* [What you have to do]: Go through the entries below from the first line and output each one exactly, up to and including the line with "f 111 112 113".

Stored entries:

* * *

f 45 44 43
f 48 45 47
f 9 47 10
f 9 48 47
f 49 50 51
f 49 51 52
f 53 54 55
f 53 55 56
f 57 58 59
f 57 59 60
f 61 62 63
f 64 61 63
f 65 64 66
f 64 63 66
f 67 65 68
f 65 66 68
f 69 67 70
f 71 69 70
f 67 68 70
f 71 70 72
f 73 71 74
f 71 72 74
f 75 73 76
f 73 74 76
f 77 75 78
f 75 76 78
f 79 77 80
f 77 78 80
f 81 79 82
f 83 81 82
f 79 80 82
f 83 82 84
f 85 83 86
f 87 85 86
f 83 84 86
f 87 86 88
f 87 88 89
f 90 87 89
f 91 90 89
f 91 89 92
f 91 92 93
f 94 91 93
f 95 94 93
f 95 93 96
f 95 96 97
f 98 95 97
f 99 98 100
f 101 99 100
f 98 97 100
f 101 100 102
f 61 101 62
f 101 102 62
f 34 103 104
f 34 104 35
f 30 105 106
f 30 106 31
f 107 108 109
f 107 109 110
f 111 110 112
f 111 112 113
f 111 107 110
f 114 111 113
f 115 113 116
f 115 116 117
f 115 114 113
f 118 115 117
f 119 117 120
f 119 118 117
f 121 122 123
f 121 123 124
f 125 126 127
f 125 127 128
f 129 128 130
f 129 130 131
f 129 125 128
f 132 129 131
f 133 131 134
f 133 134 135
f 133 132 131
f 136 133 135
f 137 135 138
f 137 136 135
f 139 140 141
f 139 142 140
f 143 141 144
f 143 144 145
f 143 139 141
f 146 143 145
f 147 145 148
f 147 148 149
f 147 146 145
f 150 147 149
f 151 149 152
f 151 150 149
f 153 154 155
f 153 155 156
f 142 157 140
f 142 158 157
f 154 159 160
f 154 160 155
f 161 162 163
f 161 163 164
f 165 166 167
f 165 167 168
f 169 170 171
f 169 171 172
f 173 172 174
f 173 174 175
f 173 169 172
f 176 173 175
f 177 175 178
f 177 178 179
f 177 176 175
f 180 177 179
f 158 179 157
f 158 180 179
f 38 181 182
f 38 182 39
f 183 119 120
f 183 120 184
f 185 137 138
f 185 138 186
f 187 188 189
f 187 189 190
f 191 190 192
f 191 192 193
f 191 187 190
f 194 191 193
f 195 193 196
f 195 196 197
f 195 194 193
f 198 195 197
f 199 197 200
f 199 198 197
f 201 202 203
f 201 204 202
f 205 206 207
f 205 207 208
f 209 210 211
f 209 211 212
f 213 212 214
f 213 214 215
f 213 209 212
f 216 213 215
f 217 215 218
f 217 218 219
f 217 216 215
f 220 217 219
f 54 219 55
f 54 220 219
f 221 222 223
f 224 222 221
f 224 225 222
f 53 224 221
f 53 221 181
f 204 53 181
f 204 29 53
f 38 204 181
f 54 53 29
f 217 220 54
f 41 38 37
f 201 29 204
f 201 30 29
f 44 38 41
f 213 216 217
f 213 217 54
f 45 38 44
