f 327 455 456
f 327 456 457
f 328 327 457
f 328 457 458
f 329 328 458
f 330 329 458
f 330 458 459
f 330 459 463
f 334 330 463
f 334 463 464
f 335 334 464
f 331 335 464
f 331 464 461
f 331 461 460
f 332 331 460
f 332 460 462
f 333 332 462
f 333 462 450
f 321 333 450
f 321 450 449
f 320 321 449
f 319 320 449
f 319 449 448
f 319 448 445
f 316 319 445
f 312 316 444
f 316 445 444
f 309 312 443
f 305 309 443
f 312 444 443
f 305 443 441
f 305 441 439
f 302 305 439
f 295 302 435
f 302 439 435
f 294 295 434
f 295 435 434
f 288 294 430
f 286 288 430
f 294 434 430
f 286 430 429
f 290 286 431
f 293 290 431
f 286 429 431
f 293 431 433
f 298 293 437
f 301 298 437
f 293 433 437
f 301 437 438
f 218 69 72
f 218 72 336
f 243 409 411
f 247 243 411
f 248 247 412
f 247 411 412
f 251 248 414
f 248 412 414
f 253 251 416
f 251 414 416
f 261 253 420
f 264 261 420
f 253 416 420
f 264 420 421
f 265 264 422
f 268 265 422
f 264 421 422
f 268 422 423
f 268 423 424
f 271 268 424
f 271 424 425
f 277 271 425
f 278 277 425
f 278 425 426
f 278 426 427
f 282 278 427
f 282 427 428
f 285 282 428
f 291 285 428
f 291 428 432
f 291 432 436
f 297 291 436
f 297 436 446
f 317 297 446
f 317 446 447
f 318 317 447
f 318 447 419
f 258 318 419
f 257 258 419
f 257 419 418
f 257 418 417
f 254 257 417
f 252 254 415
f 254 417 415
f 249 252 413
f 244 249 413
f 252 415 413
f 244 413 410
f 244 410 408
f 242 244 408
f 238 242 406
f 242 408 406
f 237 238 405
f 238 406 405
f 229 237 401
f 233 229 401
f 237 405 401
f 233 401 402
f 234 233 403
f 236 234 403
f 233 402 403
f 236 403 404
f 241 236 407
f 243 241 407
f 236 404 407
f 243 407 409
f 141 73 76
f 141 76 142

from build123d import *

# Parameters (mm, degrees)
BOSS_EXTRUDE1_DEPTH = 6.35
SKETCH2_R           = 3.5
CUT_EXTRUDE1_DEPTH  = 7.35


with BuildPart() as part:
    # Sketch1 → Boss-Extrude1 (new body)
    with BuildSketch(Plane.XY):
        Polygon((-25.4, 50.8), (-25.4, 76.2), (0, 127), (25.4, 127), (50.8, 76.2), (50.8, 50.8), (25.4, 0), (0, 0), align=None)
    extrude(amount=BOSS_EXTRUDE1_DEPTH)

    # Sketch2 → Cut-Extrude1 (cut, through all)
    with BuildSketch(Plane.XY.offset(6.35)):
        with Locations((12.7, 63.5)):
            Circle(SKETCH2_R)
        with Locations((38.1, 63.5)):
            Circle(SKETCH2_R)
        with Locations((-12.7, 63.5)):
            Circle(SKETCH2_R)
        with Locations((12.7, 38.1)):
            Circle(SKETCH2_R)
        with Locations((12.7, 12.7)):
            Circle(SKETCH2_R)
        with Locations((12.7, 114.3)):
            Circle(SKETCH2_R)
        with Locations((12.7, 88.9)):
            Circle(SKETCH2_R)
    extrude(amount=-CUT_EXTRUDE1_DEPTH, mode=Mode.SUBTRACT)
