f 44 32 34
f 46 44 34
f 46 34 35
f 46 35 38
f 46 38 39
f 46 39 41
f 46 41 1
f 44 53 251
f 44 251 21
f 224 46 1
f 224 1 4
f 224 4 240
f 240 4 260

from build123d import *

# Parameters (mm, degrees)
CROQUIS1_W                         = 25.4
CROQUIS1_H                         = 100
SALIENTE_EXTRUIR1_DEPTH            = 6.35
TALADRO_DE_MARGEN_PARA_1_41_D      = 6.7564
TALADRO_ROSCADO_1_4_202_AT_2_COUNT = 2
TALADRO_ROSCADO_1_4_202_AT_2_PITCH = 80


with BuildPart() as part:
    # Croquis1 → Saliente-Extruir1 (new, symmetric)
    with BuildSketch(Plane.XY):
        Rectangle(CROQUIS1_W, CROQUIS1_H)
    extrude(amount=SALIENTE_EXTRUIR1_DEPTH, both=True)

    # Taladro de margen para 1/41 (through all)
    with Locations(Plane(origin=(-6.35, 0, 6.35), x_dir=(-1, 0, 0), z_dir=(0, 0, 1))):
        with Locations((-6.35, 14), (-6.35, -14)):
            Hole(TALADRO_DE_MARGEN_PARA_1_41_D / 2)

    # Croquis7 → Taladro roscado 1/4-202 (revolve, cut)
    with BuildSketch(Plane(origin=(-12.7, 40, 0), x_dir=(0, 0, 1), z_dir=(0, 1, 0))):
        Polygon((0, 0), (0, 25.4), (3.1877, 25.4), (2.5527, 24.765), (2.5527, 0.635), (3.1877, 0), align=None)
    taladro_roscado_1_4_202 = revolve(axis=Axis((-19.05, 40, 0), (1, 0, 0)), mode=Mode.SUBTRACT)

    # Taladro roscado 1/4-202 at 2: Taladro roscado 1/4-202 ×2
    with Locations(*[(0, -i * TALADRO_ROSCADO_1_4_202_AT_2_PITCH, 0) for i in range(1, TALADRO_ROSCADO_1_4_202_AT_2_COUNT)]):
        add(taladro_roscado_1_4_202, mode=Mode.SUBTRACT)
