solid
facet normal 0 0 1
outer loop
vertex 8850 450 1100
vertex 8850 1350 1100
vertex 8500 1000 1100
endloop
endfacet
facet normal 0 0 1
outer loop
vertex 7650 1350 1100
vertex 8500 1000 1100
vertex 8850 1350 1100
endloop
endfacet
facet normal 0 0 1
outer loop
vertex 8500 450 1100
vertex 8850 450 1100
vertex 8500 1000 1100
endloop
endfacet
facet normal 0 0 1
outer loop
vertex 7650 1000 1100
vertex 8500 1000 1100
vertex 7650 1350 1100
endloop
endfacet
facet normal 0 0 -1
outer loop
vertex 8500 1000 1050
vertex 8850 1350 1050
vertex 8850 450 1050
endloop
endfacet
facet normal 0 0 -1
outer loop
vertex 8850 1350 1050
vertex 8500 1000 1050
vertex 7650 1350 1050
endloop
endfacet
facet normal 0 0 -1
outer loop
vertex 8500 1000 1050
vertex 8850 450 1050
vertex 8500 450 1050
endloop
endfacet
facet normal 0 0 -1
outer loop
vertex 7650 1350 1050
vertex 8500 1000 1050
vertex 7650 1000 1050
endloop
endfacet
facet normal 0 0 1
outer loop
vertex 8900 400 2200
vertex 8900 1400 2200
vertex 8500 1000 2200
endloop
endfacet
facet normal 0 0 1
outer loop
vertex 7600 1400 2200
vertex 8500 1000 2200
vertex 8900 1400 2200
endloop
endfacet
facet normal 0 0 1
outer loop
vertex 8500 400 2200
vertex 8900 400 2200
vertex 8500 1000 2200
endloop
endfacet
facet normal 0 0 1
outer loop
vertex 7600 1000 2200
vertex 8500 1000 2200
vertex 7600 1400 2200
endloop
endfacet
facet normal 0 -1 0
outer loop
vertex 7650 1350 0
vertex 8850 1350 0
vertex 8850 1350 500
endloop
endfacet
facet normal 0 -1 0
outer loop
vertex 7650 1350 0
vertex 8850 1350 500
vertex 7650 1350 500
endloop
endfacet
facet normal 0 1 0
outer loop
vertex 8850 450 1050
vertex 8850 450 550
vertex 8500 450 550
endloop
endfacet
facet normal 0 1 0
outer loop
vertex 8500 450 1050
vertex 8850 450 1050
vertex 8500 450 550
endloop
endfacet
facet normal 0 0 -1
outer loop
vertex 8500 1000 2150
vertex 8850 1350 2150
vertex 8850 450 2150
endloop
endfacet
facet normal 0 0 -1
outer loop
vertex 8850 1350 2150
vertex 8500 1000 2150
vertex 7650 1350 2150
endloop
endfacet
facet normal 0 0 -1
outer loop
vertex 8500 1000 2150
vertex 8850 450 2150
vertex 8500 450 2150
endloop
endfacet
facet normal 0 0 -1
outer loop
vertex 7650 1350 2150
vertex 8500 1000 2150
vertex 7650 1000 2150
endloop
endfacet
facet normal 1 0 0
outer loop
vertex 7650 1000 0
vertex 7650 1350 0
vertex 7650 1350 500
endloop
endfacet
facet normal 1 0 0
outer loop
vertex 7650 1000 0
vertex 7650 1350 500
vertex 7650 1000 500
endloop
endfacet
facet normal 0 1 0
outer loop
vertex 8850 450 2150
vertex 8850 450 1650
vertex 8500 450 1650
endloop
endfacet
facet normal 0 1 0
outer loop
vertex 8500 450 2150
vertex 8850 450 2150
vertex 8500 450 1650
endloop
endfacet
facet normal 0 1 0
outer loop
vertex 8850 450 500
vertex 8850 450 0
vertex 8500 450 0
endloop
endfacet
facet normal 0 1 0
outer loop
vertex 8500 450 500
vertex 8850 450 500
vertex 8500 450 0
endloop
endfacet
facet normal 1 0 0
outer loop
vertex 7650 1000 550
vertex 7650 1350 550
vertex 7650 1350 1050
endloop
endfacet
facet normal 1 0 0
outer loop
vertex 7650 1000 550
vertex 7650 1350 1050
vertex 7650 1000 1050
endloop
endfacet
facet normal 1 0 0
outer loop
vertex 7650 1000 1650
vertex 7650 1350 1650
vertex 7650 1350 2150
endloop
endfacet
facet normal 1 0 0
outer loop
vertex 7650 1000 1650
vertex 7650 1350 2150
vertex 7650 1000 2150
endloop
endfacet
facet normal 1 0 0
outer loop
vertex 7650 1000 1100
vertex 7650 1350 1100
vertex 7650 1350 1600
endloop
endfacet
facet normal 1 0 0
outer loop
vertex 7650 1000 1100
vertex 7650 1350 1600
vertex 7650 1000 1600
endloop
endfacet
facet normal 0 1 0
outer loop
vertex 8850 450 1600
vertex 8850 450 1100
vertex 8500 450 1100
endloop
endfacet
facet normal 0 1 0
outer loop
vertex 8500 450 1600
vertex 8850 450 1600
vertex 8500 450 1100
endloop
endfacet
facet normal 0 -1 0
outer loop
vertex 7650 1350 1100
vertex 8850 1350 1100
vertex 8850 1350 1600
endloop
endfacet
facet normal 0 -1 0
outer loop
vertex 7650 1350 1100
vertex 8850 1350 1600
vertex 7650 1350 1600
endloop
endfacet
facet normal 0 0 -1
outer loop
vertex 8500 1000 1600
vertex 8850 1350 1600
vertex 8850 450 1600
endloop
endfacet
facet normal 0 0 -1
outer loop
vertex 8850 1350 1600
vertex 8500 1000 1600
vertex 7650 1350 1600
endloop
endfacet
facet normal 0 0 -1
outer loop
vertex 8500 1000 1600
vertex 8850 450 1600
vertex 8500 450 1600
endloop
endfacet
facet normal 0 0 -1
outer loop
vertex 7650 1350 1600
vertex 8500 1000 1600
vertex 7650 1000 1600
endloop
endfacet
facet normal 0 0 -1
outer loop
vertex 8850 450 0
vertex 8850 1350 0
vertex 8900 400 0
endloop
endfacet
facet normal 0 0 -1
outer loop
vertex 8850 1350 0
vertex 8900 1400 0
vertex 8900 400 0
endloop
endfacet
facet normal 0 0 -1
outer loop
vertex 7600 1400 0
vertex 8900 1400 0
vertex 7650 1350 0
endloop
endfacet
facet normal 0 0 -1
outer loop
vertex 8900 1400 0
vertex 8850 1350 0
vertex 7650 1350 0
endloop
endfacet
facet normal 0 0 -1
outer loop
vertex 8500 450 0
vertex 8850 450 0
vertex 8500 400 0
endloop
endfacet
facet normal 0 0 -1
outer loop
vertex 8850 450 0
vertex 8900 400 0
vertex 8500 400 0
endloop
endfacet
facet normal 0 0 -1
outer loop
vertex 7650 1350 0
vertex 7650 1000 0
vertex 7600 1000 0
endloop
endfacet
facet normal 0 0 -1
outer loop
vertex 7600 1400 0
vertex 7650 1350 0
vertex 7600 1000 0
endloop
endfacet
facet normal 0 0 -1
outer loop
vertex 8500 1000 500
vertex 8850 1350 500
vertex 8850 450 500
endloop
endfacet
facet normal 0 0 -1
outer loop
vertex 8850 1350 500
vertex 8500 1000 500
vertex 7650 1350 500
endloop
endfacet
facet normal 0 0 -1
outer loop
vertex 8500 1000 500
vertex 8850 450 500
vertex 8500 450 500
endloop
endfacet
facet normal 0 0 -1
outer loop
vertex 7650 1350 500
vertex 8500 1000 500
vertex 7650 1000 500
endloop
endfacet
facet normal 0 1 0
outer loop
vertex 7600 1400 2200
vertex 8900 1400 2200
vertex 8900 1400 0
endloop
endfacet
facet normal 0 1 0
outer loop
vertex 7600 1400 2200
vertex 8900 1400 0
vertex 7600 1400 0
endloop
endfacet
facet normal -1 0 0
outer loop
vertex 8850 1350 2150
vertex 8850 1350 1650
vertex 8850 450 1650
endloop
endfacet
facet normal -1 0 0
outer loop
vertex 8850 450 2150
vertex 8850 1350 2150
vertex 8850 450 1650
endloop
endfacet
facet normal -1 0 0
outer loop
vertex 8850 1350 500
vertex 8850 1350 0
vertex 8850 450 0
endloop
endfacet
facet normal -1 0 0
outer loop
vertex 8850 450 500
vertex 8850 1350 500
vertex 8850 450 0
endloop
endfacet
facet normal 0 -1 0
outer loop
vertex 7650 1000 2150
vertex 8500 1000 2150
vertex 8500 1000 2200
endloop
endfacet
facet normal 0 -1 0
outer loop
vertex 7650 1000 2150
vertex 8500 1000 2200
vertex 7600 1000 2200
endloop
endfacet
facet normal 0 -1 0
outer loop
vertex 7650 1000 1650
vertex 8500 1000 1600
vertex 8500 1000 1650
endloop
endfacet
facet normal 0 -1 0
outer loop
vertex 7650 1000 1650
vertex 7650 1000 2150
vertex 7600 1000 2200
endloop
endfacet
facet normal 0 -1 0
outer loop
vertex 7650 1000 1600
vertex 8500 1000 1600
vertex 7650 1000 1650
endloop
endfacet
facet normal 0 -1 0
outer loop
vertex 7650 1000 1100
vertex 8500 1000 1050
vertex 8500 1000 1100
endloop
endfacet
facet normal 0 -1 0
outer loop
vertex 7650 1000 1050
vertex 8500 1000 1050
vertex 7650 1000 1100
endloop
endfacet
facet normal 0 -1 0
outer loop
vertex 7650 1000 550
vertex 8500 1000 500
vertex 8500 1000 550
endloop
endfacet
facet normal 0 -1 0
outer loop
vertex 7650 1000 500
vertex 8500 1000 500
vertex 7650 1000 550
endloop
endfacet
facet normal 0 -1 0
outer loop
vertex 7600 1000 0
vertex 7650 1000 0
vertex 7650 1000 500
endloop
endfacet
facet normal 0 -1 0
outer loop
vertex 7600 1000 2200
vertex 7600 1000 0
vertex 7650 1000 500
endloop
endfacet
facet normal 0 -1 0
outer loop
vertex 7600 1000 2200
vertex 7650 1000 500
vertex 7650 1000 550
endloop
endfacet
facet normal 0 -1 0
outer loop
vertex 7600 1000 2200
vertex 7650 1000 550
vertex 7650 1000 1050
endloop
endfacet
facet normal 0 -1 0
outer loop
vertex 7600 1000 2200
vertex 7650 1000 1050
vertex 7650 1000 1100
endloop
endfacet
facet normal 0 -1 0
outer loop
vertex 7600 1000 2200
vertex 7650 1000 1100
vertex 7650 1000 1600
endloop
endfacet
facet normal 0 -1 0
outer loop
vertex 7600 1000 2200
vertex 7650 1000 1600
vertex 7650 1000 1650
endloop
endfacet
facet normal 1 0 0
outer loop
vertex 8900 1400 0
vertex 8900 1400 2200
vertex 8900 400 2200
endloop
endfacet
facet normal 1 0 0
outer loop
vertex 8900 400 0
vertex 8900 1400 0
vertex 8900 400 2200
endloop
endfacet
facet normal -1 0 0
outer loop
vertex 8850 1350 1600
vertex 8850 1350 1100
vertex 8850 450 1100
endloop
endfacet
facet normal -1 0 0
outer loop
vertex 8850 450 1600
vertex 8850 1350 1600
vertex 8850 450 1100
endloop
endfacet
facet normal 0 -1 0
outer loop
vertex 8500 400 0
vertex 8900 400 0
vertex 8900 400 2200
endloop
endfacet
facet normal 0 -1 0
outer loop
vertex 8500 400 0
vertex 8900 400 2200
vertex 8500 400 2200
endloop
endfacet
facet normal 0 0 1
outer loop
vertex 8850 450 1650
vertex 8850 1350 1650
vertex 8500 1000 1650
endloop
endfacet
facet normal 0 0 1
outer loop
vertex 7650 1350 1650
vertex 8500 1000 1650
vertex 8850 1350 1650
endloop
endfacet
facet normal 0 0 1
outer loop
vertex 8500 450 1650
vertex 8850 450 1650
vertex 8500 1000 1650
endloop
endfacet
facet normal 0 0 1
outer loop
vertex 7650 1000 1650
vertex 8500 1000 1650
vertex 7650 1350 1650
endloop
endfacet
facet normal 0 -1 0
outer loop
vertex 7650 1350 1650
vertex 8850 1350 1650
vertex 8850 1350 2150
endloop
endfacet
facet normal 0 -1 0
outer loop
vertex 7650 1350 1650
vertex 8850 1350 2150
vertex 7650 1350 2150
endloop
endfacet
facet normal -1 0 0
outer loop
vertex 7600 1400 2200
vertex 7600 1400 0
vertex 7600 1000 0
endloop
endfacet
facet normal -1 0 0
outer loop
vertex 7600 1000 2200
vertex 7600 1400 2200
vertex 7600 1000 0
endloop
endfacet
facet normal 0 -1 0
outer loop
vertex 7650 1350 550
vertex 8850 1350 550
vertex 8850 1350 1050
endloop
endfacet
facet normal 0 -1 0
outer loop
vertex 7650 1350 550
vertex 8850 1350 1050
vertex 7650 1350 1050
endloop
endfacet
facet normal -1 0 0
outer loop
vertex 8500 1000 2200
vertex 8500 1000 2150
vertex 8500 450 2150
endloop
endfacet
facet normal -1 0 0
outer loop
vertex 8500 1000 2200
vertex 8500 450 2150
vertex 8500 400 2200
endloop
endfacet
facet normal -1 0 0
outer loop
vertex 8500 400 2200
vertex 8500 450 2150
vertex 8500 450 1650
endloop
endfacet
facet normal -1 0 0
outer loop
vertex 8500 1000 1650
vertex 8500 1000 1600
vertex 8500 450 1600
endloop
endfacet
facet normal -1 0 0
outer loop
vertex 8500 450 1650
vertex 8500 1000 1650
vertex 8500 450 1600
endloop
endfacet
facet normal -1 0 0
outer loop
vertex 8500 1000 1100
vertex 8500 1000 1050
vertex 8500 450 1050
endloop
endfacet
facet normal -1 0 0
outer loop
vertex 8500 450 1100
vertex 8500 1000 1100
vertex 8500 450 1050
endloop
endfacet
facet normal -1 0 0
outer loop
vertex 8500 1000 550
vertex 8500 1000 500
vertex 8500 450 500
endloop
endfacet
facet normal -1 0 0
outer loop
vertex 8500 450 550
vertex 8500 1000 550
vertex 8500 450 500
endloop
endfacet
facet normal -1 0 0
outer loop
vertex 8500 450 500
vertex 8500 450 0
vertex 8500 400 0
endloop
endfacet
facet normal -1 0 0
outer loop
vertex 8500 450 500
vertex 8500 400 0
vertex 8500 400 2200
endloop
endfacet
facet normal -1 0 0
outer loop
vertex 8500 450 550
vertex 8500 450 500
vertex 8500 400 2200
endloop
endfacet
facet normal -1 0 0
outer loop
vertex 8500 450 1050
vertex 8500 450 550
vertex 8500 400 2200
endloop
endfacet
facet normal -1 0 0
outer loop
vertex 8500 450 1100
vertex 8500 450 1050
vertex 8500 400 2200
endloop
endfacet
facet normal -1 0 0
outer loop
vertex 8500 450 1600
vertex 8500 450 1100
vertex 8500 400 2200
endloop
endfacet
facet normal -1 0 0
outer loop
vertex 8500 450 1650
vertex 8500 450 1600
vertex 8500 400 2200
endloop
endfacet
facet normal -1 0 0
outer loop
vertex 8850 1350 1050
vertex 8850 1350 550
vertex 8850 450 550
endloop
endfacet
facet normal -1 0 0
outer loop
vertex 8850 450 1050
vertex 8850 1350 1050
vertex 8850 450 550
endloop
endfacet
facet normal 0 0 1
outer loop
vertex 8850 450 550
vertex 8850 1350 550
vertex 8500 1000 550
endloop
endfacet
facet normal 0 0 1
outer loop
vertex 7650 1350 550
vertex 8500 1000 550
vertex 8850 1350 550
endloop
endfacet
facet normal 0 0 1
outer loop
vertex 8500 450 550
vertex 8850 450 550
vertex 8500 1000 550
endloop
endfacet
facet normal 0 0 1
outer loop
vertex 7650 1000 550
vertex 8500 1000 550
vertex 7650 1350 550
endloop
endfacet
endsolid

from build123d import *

# Parameters (mm, degrees)
BOX3529_W        = 1200
BOX3529_H        = 900
BOX3529_DEPTH    = 500
ARRAY281_Z_COUNT = 4
ARRAY281_Z_PITCH = 550
BOX3527_W        = 400
BOX3527_H        = 600
BOX3527_DEPTH    = 2200
BOX3528_W        = 1300
BOX3528_H        = 400
BOX3528_DEPTH    = 2200


with BuildPart() as array281:
    # Box3529 → Box3529 (new body)
    with BuildSketch(Plane(origin=(8850, 1350, 0), x_dir=(-1, 0, 0), z_dir=(0, 0, 1))):
        with Locations((600, 450)):
            Rectangle(BOX3529_W, BOX3529_H)
    extrude(amount=BOX3529_DEPTH)

    # Array281 Z: Array281 ×4


with BuildPart() as array281_1:
    add(array281.part)
    with Locations(*[(0, 0, i * ARRAY281_Z_PITCH) for i in range(1, ARRAY281_Z_COUNT)]):
        add(array281.part)


with BuildPart() as box3527:
    # Box3527 → Box3527 (new body)
    with BuildSketch(Plane(origin=(8900, 1000, 0), x_dir=(-1, 0, 0), z_dir=(0, 0, 1))):
        with Locations((200, 300)):
            Rectangle(BOX3527_W, BOX3527_H)
    extrude(amount=BOX3527_DEPTH)


with BuildPart() as cut003:
    # Box3528 → Box3528 (new body)
    with BuildSketch(Plane(origin=(8900, 1400, 0), x_dir=(-1, 0, 0), z_dir=(0, 0, 1))):
        with Locations((650, 200)):
            Rectangle(BOX3528_W, BOX3528_H)
    extrude(amount=BOX3528_DEPTH)

    # Fusion015: union Box3527
    add(box3527.part)

    # Cut003: cut Array281
    add(array281_1.part, mode=Mode.SUBTRACT)


solid = cut003.part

* * *

* [Answer section]:
f 45 44 43
f 48 45 47
f 9 47 10
f 9 48 47
f 49 50 51
f 49 51 52
f 53 54 55
f 53 55 56
f 57 58 59
f 57 59 60
f 61 62 63
f 64 61 63
f 65 64 66
f 64 63 66
f 67 65 68
f 65 66 68
f 69 67 70
f 71 69 70
f 67 68 70
f 71 70 72
f 73 71 74
f 71 72 74
f 75 73 76
f 73 74 76
f 77 75 78
f 75 76 78
f 79 77 80
f 77 78 80
f 81 79 82
f 83 81 82
f 79 80 82
f 83 82 84
f 85 83 86
f 87 85 86
f 83 84 86
f 87 86 88
f 87 88 89
f 90 87 89
f 91 90 89
f 91 89 92
f 91 92 93
f 94 91 93
f 95 94 93
f 95 93 96
f 95 96 97
f 98 95 97
f 99 98 100
f 101 99 100
f 98 97 100
f 101 100 102
f 61 101 62
f 101 102 62
f 34 103 104
f 34 104 35
f 30 105 106
f 30 106 31
f 107 108 109
f 107 109 110
f 111 110 112
f 111 112 113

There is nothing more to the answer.